PUT is the new rename()
PUT is the new rename()PUT is the new rename()
PUT is the new rename()
 
Extreme Programming Deployed
Extreme Programming DeployedExtreme Programming Deployed
Extreme Programming Deployed
 
Testing
TestingTesting
Testing
 
I hate mocking
I hate mockingI hate mocking
I hate mocking
 
What does rename() do?
What does rename() do?What does rename() do?
What does rename() do?
 
Dancing Elephants: Working with Object Storage in Apache Spark and Hive
Dancing Elephants: Working with Object Storage in Apache Spark and HiveDancing Elephants: Working with Object Storage in Apache Spark and Hive
Dancing Elephants: Working with Object Storage in Apache Spark and Hive
 
Apache Spark and Object Stores —for London Spark User Group
Apache Spark and Object Stores —for London Spark User GroupApache Spark and Object Stores —for London Spark User Group
Apache Spark and Object Stores —for London Spark User Group
 
Spark Summit East 2017: Apache spark and object stores
Spark Summit East 2017: Apache spark and object storesSpark Summit East 2017: Apache spark and object stores
Spark Summit East 2017: Apache spark and object stores
 
Hadoop, Hive, Spark and Object Stores
Hadoop, Hive, Spark and Object StoresHadoop, Hive, Spark and Object Stores
Hadoop, Hive, Spark and Object Stores
 
Apache Spark and Object Stores
Apache Spark and Object StoresApache Spark and Object Stores
Apache Spark and Object Stores
 
Household INFOSEC in a Post-Sony Era
Household INFOSEC in a Post-Sony EraHousehold INFOSEC in a Post-Sony Era
Household INFOSEC in a Post-Sony Era
 
Hadoop and Kerberos: the Madness Beyond the Gate: January 2016 edition
Hadoop and Kerberos: the Madness Beyond the Gate: January 2016 editionHadoop and Kerberos: the Madness Beyond the Gate: January 2016 edition
Hadoop and Kerberos: the Madness Beyond the Gate: January 2016 edition
 
Hadoop and Kerberos: the Madness Beyond the Gate
Hadoop and Kerberos: the Madness Beyond the GateHadoop and Kerberos: the Madness Beyond the Gate
Hadoop and Kerberos: the Madness Beyond the Gate
 
Slider: Applications on YARN
Slider: Applications on YARNSlider: Applications on YARN
Slider: Applications on YARN
 
YARN Services
YARN ServicesYARN Services
YARN Services
 

Último

A Year of the Servo Reboot: Where Are We Now?

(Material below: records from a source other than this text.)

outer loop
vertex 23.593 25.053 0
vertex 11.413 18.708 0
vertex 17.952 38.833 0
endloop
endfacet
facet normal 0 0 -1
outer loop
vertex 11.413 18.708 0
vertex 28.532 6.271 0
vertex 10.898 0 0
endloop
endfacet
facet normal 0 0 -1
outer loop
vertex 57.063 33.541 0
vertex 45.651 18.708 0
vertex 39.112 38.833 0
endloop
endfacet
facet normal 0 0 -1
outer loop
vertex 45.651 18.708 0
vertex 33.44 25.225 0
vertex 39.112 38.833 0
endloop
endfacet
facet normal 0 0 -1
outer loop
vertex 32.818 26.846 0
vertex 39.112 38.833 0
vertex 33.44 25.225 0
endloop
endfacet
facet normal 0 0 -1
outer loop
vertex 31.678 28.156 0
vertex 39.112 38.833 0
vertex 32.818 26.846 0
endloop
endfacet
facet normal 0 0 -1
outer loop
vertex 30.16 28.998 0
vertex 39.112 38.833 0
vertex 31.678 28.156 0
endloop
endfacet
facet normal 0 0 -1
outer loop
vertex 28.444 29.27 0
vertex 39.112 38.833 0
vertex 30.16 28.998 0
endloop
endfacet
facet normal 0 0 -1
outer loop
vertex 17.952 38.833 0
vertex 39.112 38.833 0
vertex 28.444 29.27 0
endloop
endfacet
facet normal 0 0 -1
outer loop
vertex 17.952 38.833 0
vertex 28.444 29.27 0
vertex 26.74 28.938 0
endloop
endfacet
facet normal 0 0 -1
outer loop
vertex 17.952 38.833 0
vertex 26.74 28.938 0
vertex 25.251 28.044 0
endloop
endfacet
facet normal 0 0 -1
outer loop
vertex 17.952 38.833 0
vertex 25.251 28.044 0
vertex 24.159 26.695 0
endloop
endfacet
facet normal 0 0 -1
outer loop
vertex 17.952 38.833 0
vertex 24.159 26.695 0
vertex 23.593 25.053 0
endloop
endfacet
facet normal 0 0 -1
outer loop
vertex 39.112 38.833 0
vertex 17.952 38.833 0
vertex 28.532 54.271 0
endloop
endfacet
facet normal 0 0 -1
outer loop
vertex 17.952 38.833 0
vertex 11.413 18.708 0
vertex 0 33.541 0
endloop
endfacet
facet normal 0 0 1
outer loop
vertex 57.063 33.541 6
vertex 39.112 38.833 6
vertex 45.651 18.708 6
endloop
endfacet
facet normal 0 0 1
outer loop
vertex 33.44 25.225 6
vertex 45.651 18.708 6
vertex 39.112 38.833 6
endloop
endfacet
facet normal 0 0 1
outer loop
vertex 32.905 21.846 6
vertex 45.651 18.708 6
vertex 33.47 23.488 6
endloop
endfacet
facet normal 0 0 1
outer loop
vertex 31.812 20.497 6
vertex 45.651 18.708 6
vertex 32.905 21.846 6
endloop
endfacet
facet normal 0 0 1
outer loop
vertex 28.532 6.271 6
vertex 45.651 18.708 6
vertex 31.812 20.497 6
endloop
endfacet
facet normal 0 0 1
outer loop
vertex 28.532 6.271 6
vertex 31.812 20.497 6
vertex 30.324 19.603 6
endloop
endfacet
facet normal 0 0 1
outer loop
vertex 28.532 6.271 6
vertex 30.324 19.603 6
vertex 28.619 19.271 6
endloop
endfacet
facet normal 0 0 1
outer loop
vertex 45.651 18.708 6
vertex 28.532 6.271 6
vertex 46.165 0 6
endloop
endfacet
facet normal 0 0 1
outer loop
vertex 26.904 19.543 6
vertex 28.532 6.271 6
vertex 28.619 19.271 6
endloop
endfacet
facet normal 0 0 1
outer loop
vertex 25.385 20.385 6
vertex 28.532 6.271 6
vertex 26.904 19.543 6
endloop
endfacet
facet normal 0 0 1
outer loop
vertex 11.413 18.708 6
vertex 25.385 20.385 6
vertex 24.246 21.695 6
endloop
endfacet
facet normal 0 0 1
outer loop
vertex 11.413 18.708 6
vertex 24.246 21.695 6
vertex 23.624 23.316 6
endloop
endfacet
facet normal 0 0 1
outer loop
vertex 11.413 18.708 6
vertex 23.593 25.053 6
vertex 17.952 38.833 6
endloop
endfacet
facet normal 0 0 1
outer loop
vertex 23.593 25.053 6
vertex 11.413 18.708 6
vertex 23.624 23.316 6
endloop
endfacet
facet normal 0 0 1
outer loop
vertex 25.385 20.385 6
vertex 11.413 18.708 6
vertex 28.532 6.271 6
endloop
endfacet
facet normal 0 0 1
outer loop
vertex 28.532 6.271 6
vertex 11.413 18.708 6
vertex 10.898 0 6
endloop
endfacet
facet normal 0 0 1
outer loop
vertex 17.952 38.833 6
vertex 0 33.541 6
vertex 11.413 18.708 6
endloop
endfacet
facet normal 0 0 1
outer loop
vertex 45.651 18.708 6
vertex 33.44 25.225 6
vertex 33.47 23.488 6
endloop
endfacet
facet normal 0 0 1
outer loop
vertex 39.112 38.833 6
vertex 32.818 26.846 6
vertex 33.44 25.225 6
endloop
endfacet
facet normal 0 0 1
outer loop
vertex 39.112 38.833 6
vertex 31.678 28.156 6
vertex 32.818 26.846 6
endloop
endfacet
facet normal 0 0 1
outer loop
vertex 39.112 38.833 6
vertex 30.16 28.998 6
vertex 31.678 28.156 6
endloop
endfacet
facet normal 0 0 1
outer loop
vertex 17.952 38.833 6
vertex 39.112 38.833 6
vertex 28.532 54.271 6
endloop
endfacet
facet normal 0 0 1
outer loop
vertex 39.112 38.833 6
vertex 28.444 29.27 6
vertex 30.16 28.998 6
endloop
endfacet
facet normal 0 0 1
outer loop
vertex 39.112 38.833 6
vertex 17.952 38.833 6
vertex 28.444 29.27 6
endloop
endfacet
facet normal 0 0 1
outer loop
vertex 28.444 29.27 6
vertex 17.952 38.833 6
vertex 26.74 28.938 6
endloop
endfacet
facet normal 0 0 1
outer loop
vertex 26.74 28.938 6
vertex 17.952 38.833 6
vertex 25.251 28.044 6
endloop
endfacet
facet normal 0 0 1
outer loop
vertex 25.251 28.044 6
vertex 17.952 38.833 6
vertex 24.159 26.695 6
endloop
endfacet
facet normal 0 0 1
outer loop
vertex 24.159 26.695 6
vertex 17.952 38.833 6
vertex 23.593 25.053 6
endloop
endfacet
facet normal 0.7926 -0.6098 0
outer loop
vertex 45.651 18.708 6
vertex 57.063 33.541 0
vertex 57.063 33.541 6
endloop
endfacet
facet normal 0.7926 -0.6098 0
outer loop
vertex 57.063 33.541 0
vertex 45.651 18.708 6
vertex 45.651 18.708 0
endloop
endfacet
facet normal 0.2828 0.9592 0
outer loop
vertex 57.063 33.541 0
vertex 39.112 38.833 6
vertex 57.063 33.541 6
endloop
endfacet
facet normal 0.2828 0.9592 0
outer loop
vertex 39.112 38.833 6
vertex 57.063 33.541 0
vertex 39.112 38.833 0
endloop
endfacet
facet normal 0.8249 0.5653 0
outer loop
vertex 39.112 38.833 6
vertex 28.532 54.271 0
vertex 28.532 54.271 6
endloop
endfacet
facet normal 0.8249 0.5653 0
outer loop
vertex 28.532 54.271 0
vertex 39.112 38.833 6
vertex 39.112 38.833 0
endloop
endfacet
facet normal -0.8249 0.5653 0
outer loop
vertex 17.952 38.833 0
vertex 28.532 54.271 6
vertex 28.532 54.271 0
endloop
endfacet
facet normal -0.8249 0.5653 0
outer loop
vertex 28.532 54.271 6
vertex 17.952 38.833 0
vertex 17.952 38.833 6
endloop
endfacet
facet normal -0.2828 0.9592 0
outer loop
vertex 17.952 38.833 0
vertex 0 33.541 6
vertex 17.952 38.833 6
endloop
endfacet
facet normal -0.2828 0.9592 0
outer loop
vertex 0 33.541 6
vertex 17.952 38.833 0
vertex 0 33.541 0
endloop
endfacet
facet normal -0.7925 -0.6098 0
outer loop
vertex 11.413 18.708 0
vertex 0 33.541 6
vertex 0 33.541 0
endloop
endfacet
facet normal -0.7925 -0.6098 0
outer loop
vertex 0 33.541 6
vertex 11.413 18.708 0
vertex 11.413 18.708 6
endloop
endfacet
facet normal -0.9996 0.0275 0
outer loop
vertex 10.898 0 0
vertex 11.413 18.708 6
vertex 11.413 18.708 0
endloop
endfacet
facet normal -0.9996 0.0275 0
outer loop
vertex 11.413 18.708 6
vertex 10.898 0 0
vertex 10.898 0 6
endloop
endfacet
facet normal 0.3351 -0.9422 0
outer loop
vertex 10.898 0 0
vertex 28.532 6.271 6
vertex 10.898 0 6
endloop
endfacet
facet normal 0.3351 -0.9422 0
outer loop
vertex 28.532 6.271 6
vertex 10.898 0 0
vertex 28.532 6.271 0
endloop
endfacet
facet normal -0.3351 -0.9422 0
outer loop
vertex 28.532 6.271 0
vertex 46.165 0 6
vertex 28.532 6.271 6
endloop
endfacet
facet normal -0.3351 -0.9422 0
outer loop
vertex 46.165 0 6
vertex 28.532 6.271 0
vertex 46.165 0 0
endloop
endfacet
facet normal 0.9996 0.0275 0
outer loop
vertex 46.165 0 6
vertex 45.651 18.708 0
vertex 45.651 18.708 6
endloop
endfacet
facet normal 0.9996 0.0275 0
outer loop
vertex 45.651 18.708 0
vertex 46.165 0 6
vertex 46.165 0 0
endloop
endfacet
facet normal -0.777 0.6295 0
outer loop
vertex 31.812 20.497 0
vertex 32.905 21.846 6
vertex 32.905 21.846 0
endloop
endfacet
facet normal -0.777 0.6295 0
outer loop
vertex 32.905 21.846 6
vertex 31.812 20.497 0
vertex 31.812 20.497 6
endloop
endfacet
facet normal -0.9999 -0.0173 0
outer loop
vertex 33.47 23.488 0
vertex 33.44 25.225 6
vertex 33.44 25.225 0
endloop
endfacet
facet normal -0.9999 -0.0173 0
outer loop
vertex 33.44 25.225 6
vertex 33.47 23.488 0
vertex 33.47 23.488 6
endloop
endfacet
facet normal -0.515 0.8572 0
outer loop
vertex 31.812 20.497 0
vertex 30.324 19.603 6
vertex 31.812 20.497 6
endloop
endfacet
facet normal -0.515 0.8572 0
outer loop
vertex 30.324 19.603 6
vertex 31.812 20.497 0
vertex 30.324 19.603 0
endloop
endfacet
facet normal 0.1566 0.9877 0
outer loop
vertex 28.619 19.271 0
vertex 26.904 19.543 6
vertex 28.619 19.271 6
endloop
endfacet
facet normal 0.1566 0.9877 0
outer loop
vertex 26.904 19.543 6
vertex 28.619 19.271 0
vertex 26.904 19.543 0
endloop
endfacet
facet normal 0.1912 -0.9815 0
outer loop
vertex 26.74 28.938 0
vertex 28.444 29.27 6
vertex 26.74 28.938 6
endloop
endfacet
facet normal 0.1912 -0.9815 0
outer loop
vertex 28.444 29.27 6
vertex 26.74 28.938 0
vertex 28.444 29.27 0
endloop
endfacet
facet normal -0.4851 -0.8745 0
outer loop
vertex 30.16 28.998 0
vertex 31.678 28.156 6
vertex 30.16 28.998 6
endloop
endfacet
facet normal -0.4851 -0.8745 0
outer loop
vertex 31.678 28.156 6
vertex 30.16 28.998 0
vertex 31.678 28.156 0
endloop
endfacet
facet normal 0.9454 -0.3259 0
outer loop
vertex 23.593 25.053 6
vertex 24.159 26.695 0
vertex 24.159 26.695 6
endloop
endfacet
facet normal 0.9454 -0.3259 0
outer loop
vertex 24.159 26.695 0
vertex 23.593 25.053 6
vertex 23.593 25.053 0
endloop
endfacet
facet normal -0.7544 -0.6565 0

A Year of the Servo Reboot: Where Are We Now?A Year of the Servo Reboot: Where Are We Now?
A Year of the Servo Reboot: Where Are We Now?Igalia
 
08448380779 Call Girls In Friends Colony Women Seeking Men
08448380779 Call Girls In Friends Colony Women Seeking Men08448380779 Call Girls In Friends Colony Women Seeking Men
08448380779 Call Girls In Friends Colony Women Seeking MenDelhi Call girls
 
08448380779 Call Girls In Greater Kailash - I Women Seeking Men
08448380779 Call Girls In Greater Kailash - I Women Seeking Men08448380779 Call Girls In Greater Kailash - I Women Seeking Men
08448380779 Call Girls In Greater Kailash - I Women Seeking MenDelhi Call girls
 
The 7 Things I Know About Cyber Security After 25 Years | April 2024
The 7 Things I Know About Cyber Security After 25 Years | April 2024The 7 Things I Know About Cyber Security After 25 Years | April 2024
The 7 Things I Know About Cyber Security After 25 Years | April 2024Rafal Los
 
04-2024-HHUG-Sales-and-Marketing-Alignment.pptx
04-2024-HHUG-Sales-and-Marketing-Alignment.pptx04-2024-HHUG-Sales-and-Marketing-Alignment.pptx
04-2024-HHUG-Sales-and-Marketing-Alignment.pptxHampshireHUG
 
From Event to Action: Accelerate Your Decision Making with Real-Time Automation
From Event to Action: Accelerate Your Decision Making with Real-Time AutomationFrom Event to Action: Accelerate Your Decision Making with Real-Time Automation
From Event to Action: Accelerate Your Decision Making with Real-Time AutomationSafe Software
 
08448380779 Call Girls In Diplomatic Enclave Women Seeking Men
08448380779 Call Girls In Diplomatic Enclave Women Seeking Men08448380779 Call Girls In Diplomatic Enclave Women Seeking Men
08448380779 Call Girls In Diplomatic Enclave Women Seeking MenDelhi Call girls
 
Raspberry Pi 5: Challenges and Solutions in Bringing up an OpenGL/Vulkan Driv...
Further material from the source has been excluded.